■ **TASK TO CARRY OUT**
Please write out exactly the lines of the data below from the line holding "Rectangle(SKETCH_1_W, SKETCH_1_H)" through the line holding "Circle(SKETCH_2_R)", and leave out the rest.

*** MATERIAL FOR THIS EXERCISE ***

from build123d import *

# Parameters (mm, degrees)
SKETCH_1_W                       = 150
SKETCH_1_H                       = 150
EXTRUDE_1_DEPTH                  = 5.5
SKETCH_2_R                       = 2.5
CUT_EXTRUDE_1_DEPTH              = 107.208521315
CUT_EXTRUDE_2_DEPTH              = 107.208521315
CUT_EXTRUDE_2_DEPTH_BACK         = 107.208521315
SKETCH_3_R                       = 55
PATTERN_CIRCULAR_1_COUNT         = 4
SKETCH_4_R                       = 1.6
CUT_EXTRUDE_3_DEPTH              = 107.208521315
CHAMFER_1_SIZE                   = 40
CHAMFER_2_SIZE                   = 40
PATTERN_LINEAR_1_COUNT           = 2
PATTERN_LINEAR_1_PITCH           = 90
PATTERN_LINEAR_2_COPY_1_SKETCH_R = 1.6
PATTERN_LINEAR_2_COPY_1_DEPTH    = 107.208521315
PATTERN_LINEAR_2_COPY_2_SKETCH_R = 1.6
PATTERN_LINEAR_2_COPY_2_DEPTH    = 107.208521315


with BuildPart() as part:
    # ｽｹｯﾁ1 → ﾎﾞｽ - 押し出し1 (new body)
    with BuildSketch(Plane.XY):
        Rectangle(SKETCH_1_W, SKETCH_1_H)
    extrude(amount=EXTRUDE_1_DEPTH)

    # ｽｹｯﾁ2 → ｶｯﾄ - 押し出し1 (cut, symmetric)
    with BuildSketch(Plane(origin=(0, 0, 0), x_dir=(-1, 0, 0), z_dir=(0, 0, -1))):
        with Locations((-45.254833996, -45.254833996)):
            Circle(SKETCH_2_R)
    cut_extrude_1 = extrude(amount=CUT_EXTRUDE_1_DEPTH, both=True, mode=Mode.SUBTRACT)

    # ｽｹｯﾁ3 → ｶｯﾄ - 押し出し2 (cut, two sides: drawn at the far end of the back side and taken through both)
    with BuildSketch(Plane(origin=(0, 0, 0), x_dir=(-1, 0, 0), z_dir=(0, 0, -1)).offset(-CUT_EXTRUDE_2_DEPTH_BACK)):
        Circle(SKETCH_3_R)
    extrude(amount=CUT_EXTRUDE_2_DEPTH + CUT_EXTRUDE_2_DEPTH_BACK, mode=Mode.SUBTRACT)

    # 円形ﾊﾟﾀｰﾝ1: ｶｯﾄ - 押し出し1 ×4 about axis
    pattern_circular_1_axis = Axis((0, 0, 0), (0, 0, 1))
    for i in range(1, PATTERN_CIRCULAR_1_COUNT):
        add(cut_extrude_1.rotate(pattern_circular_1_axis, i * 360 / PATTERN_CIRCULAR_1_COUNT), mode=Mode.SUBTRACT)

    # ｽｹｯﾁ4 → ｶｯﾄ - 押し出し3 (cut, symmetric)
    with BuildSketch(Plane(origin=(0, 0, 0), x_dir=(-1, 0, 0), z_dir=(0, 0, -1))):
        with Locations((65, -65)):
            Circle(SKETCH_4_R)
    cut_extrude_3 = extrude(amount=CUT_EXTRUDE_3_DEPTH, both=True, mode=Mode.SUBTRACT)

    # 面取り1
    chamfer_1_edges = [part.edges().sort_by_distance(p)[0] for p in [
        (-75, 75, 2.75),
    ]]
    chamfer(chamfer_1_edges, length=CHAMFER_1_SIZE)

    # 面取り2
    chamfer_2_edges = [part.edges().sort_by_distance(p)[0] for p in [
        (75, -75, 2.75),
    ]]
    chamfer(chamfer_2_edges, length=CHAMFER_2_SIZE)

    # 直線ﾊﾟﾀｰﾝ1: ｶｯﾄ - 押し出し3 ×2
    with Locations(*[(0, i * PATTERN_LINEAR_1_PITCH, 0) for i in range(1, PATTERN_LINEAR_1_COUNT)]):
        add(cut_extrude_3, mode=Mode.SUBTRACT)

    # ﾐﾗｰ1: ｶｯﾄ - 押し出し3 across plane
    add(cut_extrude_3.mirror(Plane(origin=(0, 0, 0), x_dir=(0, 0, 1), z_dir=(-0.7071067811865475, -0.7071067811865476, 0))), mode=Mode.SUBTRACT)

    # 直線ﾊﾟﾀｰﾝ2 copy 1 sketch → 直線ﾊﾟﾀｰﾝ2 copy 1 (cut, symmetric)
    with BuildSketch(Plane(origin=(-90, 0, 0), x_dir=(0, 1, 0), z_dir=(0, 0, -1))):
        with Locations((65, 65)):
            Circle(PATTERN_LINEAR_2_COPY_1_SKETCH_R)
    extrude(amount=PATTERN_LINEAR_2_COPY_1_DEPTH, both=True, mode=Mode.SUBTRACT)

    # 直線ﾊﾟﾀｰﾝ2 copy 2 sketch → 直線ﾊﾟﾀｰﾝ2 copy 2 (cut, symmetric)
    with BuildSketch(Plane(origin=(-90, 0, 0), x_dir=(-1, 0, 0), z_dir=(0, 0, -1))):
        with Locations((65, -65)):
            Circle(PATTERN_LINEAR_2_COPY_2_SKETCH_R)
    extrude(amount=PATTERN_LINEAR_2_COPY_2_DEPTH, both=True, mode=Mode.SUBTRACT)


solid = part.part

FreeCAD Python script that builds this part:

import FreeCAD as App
import Part
import Sketcher
from FreeCAD import Vector
Q = App.Units.Quantity


def edges_at(feature, points):
    """Names of the edges that pass closest to the given points."""
    edges = feature.Shape.Edges
    near = lambda p: min(range(len(edges)), key=lambda i: edges[i].distToShape(Part.Vertex(*p))[0])
    return sorted({f"Edge{near(p) + 1}" for p in points})

doc = App.newDocument("Part")
params = doc.addObject("Spreadsheet::Sheet", "Params")
for row, (alias, value) in enumerate([
    ("sketch1_width", "150 mm"),
    ("pad1_length", "5.5 mm"),
    ("sketch2_diameter", "5 mm"),
    ("pocket1_length", "214.417043 mm"),
    ("sketch3_diameter", "110 mm"),
    ("sketch4_diameter", "3.2 mm"),
    ("pocket3_length", "214.417043 mm"),
    ("chamfer_size", "40 mm"),
    ("chamfer2_size", "40 mm"),
    ("linearpattern_pitch", "90 mm"),
    ("sketch5_diameter", "3.2 mm"),
    ("pocket4_length", "214.417043 mm"),
    ("sketch6_diameter", "3.2 mm"),
    ("pocket5_length", "214.417043 mm"),
], start=1):
    params.set(f"A{row}", alias)
    params.set(f"B{row}", "=" + value)
    params.setAlias(f"B{row}", alias)

body = doc.addObject("PartDesign::Body", "Body")

sketch1 = body.newObject("Sketcher::SketchObject", "Sketch")
sketch1.AttachmentSupport = (doc.getObject("XY_Plane"), [""])
sketch1.MapMode = "FlatFace"
sketch1.addGeometry([
    Part.LineSegment(Vector(-75, 75, 0), Vector(-75, -75, 0)),
    Part.LineSegment(Vector(-75, -75, 0), Vector(75, -75, 0)),
    Part.LineSegment(Vector(75, -75, 0), Vector(75, 75, 0)),
    Part.LineSegment(Vector(75, 75, 0), Vector(-75, 75, 0)),
], False)
sketch1.addConstraint([
    Sketcher.Constraint("Coincident", 0, 2, 1, 1),
    Sketcher.Constraint("Coincident", 1, 2, 2, 1),
    Sketcher.Constraint("Coincident", 2, 2, 3, 1),
    Sketcher.Constraint("Coincident", 3, 2, 0, 1),
    Sketcher.Constraint("Vertical", 0),
    Sketcher.Constraint("Horizontal", 1),
    Sketcher.Constraint("Vertical", 2),
    Sketcher.Constraint("Horizontal", 3),
    Sketcher.Constraint("Symmetric", 0, 2, 2, 2, -1, 1),
    Sketcher.Constraint("Equal", 3, 0),
    Sketcher.Constraint("DistanceX", 1, 1, 1, 2, Q("150 mm")),
])
sketch1.setExpression("Constraints[10]", "Params.sketch1_width")
pad1 = body.newObject("PartDesign::Pad", "Pad")
pad1.Profile = sketch1
pad1.setExpression("Length", "Params.pad1_length")

sketch2 = body.newObject("Sketcher::SketchObject", "Sketch001")
sketch2.AttachmentSupport = (doc.getObject("XY_Plane"), [""])
sketch2.MapMode = "FlatFace"
sketch2.addGeometry(Part.Circle(Vector(45.3, -45.3, 0), Vector(0, 0, 1), 2.5), False)
sketch2.addConstraint([
    Sketcher.Constraint("Diameter", 0, Q("5 mm")),
    Sketcher.Constraint("DistanceX", -1, 1, 0, 3, Q("45.254834 mm")),
    Sketcher.Constraint("DistanceY", 0, 3, -1, 1, Q("45.254834 mm")),
])
sketch2.setExpression("Constraints[0]", "Params.sketch2_diameter")
pocket1 = body.newObject("PartDesign::Pocket", "Pocket")
pocket1.Profile = sketch2
pocket1.setExpression("Length", "Params.pocket1_length")
pocket1.Midplane = True

sketch3 = body.newObject("Sketcher::SketchObject", "Sketch002")
sketch3.AttachmentSupport = (doc.getObject("XY_Plane"), [""])
sketch3.MapMode = "FlatFace"
sketch3.addGeometry(Part.Circle(Vector(0, 0, 0), Vector(0, 0, 1), 55), False)
sketch3.addConstraint([
    Sketcher.Constraint("Coincident", 0, 3, -1, 1),
    Sketcher.Constraint("Diameter", 0, Q("110 mm")),
])
sketch3.setExpression("Constraints[1]", "Params.sketch3_diameter")
pocket2 = body.newObject("PartDesign::Pocket", "Pocket001")
pocket2.Profile = sketch3
pocket2.Type = "ThroughAll"
pocket2.Midplane = True
doc.recompute()

polarpattern = body.newObject("PartDesign::PolarPattern", "PolarPattern")
polarpattern.Originals = [pocket1]
polarpattern.Axis = (doc.getObject("Z_Axis"), [""])
polarpattern.Angle = 360
polarpattern.Occurrences = 4
body.Tip = polarpattern

sketch4 = body.newObject("Sketcher::SketchObject", "Sketch003")
sketch4.AttachmentSupport = (doc.getObject("XY_Plane"), [""])
sketch4.MapMode = "FlatFace"
sketch4.addGeometry(Part.Circle(Vector(-65, -65, 0), Vector(0, 0, 1), 1.6), False)
sketch4.addConstraint([
    Sketcher.Constraint("Diameter", 0, Q("3.2 mm")),
    Sketcher.Constraint("DistanceX", 0, 3, -1, 1, Q("65 mm")),
    Sketcher.Constraint("DistanceY", 0, 3, -1, 1, Q("65 mm")),
])
sketch4.setExpression("Constraints[0]", "Params.sketch4_diameter")
pocket3 = body.newObject("PartDesign::Pocket", "Pocket002")
pocket3.Profile = sketch4
pocket3.setExpression("Length", "Params.pocket3_length")
pocket3.Midplane = True
doc.recompute()

chamfer = body.newObject("PartDesign::Chamfer", "Chamfer")
chamfer.Base = (pocket3, edges_at(pocket3, [(-75, 75, 2.75)]))
chamfer.setExpression("Size", "Params.chamfer_size")
doc.recompute()

chamfer2 = body.newObject("PartDesign::Chamfer", "Chamfer001")
chamfer2.Base = (chamfer, edges_at(chamfer, [(75, -75, 2.75)]))
chamfer2.setExpression("Size", "Params.chamfer2_size")
doc.recompute()

linearpattern = body.newObject("PartDesign::LinearPattern", "LinearPattern")
linearpattern.Originals = [pocket3]
linearpattern.Direction = (doc.getObject("Y_Axis"), [""])
linearpattern.Mode = "offset"
linearpattern.setExpression("Offset", "Params.linearpattern_pitch")
linearpattern.Occurrences = 2
body.Tip = linearpattern
doc.recompute()

datumplane = body.newObject("PartDesign::Plane", "DatumPlane")
datumplane.Placement = App.Placement(Vector(0, 0, 0), App.Rotation(Vector(-0.707106781, 0.707106781, 0), Vector(0, 0, -1), Vector(-0.707106781, -0.707106781, 0), "ZXY"))
mirrored = body.newObject("PartDesign::Mirrored", "Mirrored")
mirrored.Originals = [pocket3]
mirrored.MirrorPlane = (datumplane, [""])
body.Tip = mirrored

sketch5 = body.newObject("Sketcher::SketchObject", "Sketch004")
sketch5.AttachmentSupport = (doc.getObject("XY_Plane"), [""])
sketch5.MapMode = "FlatFace"
sketch5.addGeometry(Part.Circle(Vector(-25, 65, 0), Vector(0, 0, 1), 1.6), False)
sketch5.addConstraint([
    Sketcher.Constraint("Diameter", 0, Q("3.2 mm")),
    Sketcher.Constraint("DistanceX", 0, 3, -1, 1, Q("25 mm")),
    Sketcher.Constraint("DistanceY", -1, 1, 0, 3, Q("65 mm")),
])
sketch5.setExpression("Constraints[0]", "Params.sketch5_diameter")
pocket4 = body.newObject("PartDesign::Pocket", "Pocket003")
pocket4.Profile = sketch5
pocket4.setExpression("Length", "Params.pocket4_length")
pocket4.Midplane = True

sketch6 = body.newObject("Sketcher::SketchObject", "Sketch005")
sketch6.AttachmentSupport = (doc.getObject("XY_Plane"), [""])
sketch6.MapMode = "FlatFace"
sketch6.addGeometry(Part.Circle(Vector(-155, -65, 0), Vector(0, 0, 1), 1.6), False)
sketch6.addConstraint([
    Sketcher.Constraint("Diameter", 0, Q("3.2 mm")),
    Sketcher.Constraint("DistanceX", 0, 3, -1, 1, Q("155 mm")),
    Sketcher.Constraint("DistanceY", 0, 3, -1, 1, Q("65 mm")),
])
sketch6.setExpression("Constraints[0]", "Params.sketch6_diameter")
pocket5 = body.newObject("PartDesign::Pocket", "Pocket004")
pocket5.Profile = sketch6
pocket5.setExpression("Length", "Params.pocket5_length")
pocket5.Midplane = True

doc.recompute()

*** End of MATERIAL FOR THIS EXERCISE ***

■ **TASK ANSWER**
        Rectangle(SKETCH_1_W, SKETCH_1_H)
    extrude(amount=EXTRUDE_1_DEPTH)

    # ｽｹｯﾁ2 → ｶｯﾄ - 押し出し1 (cut, symmetric)
    with BuildSketch(Plane(origin=(0, 0, 0), x_dir=(-1, 0, 0), z_dir=(0, 0, -1))):
        with Locations((-45.254833996, -45.254833996)):
            Circle(SKETCH_2_R)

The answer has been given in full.